ABSTRACT

Chapter 10 includes two important statistical issues: multiplicity and missing data. We seek to ensure the veracity of all conclusions of treatment benefit in a clinical trial, so we want to control the familywise error rate (FWER), the probability of at least one type I error. We distinguish between weak and strong control of the familywise error rate (FWER) and give examples of each. We show how to strongly control the FWER through enumeration of the different possible configurations of parameters. We then offer intuition that leads to Holm's sequentially rejective Bonferroni procedure and a clever graphical method due to Bretz et. al (2011). We then focus on the special case of independent comparisons because it motivates the Simes (1986) procedure, which leads naturally to the Hochberg (1988) procedure. Next, we illustrate the very powerful but sometimes misunderstood closure principle. It can be used to justify a large number of methods of multiple comparison adjustment. We end our discussion of multiple comparisons with the Dunnett procedure for comparison of multiple arms with the same control. We emphasize the key technique used to calculate Dunnetts's critical value, namely conditioning on the control mean to produce conditionally independent statistics. This important technique is helpful in other setting as well.
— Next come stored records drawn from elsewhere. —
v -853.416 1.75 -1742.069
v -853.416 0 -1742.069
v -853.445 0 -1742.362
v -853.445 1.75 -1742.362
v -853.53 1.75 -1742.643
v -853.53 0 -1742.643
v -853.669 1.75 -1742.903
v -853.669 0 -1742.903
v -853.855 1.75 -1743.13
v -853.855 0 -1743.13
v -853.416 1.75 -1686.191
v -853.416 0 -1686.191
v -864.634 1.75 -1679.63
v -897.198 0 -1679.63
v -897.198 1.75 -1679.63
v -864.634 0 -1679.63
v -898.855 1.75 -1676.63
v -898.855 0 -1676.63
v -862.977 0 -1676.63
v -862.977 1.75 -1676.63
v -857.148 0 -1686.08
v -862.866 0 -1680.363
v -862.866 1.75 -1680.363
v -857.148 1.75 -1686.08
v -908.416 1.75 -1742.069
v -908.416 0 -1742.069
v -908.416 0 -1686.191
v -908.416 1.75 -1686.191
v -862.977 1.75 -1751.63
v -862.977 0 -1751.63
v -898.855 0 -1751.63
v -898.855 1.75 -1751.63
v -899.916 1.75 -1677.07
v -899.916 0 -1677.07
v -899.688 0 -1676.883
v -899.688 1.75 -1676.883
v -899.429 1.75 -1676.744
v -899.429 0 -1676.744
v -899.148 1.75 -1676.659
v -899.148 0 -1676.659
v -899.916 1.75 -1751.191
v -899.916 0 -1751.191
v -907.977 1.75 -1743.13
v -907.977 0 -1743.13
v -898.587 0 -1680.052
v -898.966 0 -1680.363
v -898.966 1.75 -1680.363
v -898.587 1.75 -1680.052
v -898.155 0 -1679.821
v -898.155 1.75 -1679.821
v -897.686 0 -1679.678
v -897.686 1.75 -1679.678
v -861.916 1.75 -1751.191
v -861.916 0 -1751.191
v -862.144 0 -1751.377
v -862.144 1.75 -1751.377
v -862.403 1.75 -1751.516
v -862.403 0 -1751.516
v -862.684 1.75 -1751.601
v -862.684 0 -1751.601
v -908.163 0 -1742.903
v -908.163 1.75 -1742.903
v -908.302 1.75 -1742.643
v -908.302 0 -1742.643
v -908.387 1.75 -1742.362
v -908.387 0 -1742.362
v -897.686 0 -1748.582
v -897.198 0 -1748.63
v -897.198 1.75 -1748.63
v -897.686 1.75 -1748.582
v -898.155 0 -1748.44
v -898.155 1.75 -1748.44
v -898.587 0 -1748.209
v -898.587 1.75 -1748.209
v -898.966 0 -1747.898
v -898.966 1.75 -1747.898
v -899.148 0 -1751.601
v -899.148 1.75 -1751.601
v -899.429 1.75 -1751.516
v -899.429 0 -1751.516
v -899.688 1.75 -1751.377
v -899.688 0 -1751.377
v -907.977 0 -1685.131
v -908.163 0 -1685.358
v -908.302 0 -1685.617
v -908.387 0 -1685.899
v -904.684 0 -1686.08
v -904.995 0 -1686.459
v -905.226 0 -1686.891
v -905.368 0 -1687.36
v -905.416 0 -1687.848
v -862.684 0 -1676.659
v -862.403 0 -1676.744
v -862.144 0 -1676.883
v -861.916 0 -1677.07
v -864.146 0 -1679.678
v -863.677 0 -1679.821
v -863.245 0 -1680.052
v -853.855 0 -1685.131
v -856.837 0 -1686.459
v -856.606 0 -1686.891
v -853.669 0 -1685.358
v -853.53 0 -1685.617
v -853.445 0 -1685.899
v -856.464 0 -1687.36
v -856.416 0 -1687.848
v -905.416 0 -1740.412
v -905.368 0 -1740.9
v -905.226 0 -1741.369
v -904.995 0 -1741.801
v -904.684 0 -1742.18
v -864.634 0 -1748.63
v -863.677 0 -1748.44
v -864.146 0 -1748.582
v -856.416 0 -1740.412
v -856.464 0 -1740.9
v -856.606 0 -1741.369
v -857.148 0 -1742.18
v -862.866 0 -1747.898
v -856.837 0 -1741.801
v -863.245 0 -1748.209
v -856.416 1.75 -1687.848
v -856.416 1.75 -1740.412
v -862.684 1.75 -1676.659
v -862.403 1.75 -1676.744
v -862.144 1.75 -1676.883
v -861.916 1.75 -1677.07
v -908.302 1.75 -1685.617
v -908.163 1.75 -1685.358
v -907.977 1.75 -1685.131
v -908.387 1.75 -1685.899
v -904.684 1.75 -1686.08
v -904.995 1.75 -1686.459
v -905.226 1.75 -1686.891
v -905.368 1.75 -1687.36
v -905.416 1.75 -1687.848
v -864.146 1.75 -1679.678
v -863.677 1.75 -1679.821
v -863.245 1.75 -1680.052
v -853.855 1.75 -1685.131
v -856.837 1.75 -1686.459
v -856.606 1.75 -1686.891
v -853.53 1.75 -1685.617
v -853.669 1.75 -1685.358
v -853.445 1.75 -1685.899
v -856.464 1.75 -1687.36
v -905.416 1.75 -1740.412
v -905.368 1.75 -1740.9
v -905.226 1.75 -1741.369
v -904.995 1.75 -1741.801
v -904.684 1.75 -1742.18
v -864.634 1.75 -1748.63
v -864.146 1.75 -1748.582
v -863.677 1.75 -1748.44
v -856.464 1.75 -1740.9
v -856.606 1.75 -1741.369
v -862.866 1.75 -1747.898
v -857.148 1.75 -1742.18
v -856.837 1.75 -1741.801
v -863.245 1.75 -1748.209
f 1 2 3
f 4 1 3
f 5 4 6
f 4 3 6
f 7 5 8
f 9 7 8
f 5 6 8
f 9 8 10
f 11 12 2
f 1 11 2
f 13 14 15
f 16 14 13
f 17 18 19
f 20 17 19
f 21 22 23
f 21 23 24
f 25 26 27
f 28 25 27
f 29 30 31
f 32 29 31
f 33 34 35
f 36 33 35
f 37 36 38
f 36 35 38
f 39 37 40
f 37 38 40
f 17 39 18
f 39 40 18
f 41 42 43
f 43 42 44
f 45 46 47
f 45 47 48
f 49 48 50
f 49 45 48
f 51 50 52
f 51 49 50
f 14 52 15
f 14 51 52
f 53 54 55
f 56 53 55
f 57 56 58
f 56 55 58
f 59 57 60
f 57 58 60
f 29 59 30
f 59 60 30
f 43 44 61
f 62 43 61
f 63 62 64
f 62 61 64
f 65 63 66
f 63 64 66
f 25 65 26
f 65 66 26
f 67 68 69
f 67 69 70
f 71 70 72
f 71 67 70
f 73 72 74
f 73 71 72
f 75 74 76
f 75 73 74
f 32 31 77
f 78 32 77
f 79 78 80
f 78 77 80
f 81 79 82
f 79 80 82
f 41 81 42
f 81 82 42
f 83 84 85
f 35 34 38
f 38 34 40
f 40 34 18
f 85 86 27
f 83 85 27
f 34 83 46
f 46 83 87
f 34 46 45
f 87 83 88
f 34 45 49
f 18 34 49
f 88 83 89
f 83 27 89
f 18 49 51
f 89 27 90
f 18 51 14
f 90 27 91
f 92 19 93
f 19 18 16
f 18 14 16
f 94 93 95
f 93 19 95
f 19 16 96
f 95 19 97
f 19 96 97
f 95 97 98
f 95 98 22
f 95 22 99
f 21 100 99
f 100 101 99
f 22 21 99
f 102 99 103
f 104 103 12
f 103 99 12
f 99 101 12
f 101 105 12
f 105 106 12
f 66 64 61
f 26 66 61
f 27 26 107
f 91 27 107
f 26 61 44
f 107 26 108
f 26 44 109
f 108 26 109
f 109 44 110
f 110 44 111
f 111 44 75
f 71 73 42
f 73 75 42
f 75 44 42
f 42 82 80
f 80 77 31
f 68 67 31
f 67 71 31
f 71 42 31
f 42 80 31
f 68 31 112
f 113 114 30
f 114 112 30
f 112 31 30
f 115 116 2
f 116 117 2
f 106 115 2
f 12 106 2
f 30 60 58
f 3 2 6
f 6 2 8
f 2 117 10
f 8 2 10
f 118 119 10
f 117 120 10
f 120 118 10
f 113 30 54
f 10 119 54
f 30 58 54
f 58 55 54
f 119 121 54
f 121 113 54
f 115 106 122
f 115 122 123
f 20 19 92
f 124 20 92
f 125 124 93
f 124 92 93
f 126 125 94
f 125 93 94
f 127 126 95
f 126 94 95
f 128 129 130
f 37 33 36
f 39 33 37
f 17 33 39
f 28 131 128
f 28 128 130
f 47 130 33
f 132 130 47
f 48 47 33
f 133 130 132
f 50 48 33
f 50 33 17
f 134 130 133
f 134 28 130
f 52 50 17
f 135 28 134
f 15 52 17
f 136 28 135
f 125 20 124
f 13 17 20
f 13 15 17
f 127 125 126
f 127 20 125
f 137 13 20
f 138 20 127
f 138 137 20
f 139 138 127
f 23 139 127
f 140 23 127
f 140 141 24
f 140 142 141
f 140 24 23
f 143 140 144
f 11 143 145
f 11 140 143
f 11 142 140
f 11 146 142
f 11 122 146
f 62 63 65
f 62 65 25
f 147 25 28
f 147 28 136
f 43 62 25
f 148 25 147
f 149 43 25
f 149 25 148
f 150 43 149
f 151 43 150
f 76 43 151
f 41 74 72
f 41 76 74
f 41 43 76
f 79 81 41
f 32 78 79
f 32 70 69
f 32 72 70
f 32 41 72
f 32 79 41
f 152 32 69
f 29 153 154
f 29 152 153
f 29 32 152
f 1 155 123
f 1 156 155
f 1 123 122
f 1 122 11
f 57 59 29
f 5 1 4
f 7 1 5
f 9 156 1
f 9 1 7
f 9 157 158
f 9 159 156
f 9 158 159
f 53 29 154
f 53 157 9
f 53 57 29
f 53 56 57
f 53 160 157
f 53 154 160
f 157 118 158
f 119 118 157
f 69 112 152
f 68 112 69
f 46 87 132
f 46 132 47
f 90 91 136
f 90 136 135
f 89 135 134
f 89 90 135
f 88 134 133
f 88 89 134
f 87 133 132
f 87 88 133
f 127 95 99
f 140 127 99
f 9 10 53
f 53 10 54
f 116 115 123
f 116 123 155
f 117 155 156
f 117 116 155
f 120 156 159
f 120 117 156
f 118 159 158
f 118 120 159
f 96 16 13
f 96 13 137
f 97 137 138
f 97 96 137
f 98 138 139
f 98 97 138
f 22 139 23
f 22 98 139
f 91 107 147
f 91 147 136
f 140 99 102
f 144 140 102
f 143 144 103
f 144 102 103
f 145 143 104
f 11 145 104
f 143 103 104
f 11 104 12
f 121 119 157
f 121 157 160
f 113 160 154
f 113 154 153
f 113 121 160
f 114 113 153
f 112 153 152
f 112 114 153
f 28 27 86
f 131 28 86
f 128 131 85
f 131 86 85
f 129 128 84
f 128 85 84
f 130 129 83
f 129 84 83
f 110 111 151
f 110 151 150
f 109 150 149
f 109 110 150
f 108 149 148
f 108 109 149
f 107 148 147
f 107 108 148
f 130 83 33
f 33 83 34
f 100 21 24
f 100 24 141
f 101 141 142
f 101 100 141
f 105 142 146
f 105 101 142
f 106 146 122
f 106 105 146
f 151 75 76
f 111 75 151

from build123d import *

# Parameters (mm, degrees)
BOSS_EXTRUDE1_DEPTH = 1.75


with BuildPart() as part:
    # Sketch1 → Boss-Extrude1 (new body)
    with BuildSketch(Plane(origin=(-905.783657891, 0, -1752.480725949), x_dir=(1, 0, 0), z_dir=(0, 1, 0))):
        with BuildLine():
            Line((5.86809467, -1.289791394), (-2.192922636, -9.3508087))
            ThreePointArc((-2.192922636, -9.3508087), (-2.518081763, -9.837443723), (-2.632262464, -10.411468871))
            Line((-2.632262464, -10.411468871), (-2.632262464, -66.28943426))
            ThreePointArc((-2.632262464, -66.28943426), (-2.518081763, -66.863459408), (-2.192922636, -67.350094431))
            Line((-2.192922636, -67.350094431), (5.86809467, -75.411111737))
            ThreePointArc((5.86809467, -75.411111737), (6.354729693, -75.736270864), (6.928754842, -75.850451566))
            Line((6.928754842, -75.850451566), (42.80672023, -75.850451566))
            ThreePointArc((42.80672023, -75.850451566), (43.380745379, -75.736270864), (43.867380402, -75.411111737))
            Line((43.867380402, -75.411111737), (51.928397708, -67.350094431))
            ThreePointArc((51.928397708, -67.350094431), (52.253556835, -66.863459408), (52.367737536, -66.28943426))
            Line((52.367737536, -66.28943426), (52.367737536, -10.411468871))
            ThreePointArc((52.367737536, -10.411468871), (52.253556835, -9.837443723), (51.928397708, -9.3508087))
            Line((51.928397708, -9.3508087), (43.867380402, -1.289791394))
            ThreePointArc((43.867380402, -1.289791394), (43.380745379, -0.964632267), (42.80672023, -0.850451566))
            Line((42.80672023, -0.850451566), (6.928754842, -0.850451566))
            ThreePointArc((6.928754842, -0.850451566), (6.354729693, -0.964632267), (5.86809467, -1.289791394))
        make_face()
        with BuildLine():
            Line((6.817842138, -4.582684613), (1.099970583, -10.300556168))
            ThreePointArc((1.099970583, -10.300556168), (0.558038705, -11.11161454), (0.367737536, -12.068323121))
            Line((0.367737536, -12.068323121), (0.367737536, -64.63258001))
            ThreePointArc((0.367737536, -64.63258001), (0.558038705, -65.589288591), (1.099970583, -66.400346963))
            Line((1.099970583, -66.400346963), (6.817842138, -72.118218519))
            ThreePointArc((6.817842138, -72.118218519), (7.62890051, -72.660150397), (8.585609091, -72.850451566))
            Line((8.585609091, -72.850451566), (41.149865981, -72.850451566))
            ThreePointArc((41.149865981, -72.850451566), (42.106574562, -72.660150397), (42.917632934, -72.118218519))
            Line((42.917632934, -72.118218519), (48.635504489, -66.400346963))
            ThreePointArc((48.635504489, -66.400346963), (49.177436367, -65.589288591), (49.367737536, -64.63258001))
            Line((49.367737536, -64.63258001), (49.367737536, -12.068323121))
            ThreePointArc((49.367737536, -12.068323121), (49.177436367, -11.11161454), (48.635504489, -10.300556168))
            Line((48.635504489, -10.300556168), (42.917632934, -4.582684613))
            ThreePointArc((42.917632934, -4.582684613), (42.106574562, -4.040752734), (41.149865981, -3.850451566))
            Line((41.149865981, -3.850451566), (8.585609091, -3.850451566))
            ThreePointArc((8.585609091, -3.850451566), (7.62890051, -4.040752734), (6.817842138, -4.582684613))
        make_face(mode=Mode.SUBTRACT)
    extrude(amount=BOSS_EXTRUDE1_DEPTH)


solid = part.part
The second half of the chapter is devoted to missing data, which compromise the integrity of a trial by interfering with the ability to compare randomized arms. We define the assumption of missing completely at random (MCAR), which is very unrealistic, and contrast it with the more plausible assumption of missing at random (MAR). We then discuss several methods of dealing with missing data. One method for continuous outcomes is to use a slope to summarize the time trend; nonmissing observations can be used to estimate the slope. A principled slope analysis is accomplished through a mixed model, which gives appropriate weights to people with different numbers of missing observations. We briefly discuss likelihood based methods such as the EM algorithm, and then move to several methods of imputation, including last observation carried forward, last rank carried forward, hot deck imputation and multiple imputation. Another method of dealing with missing data is through sensitivity analyses such as a tipping point analysis. These sensitivity analyses are appealing in clinical trials because they can be used even when the MAR assumption does not hold.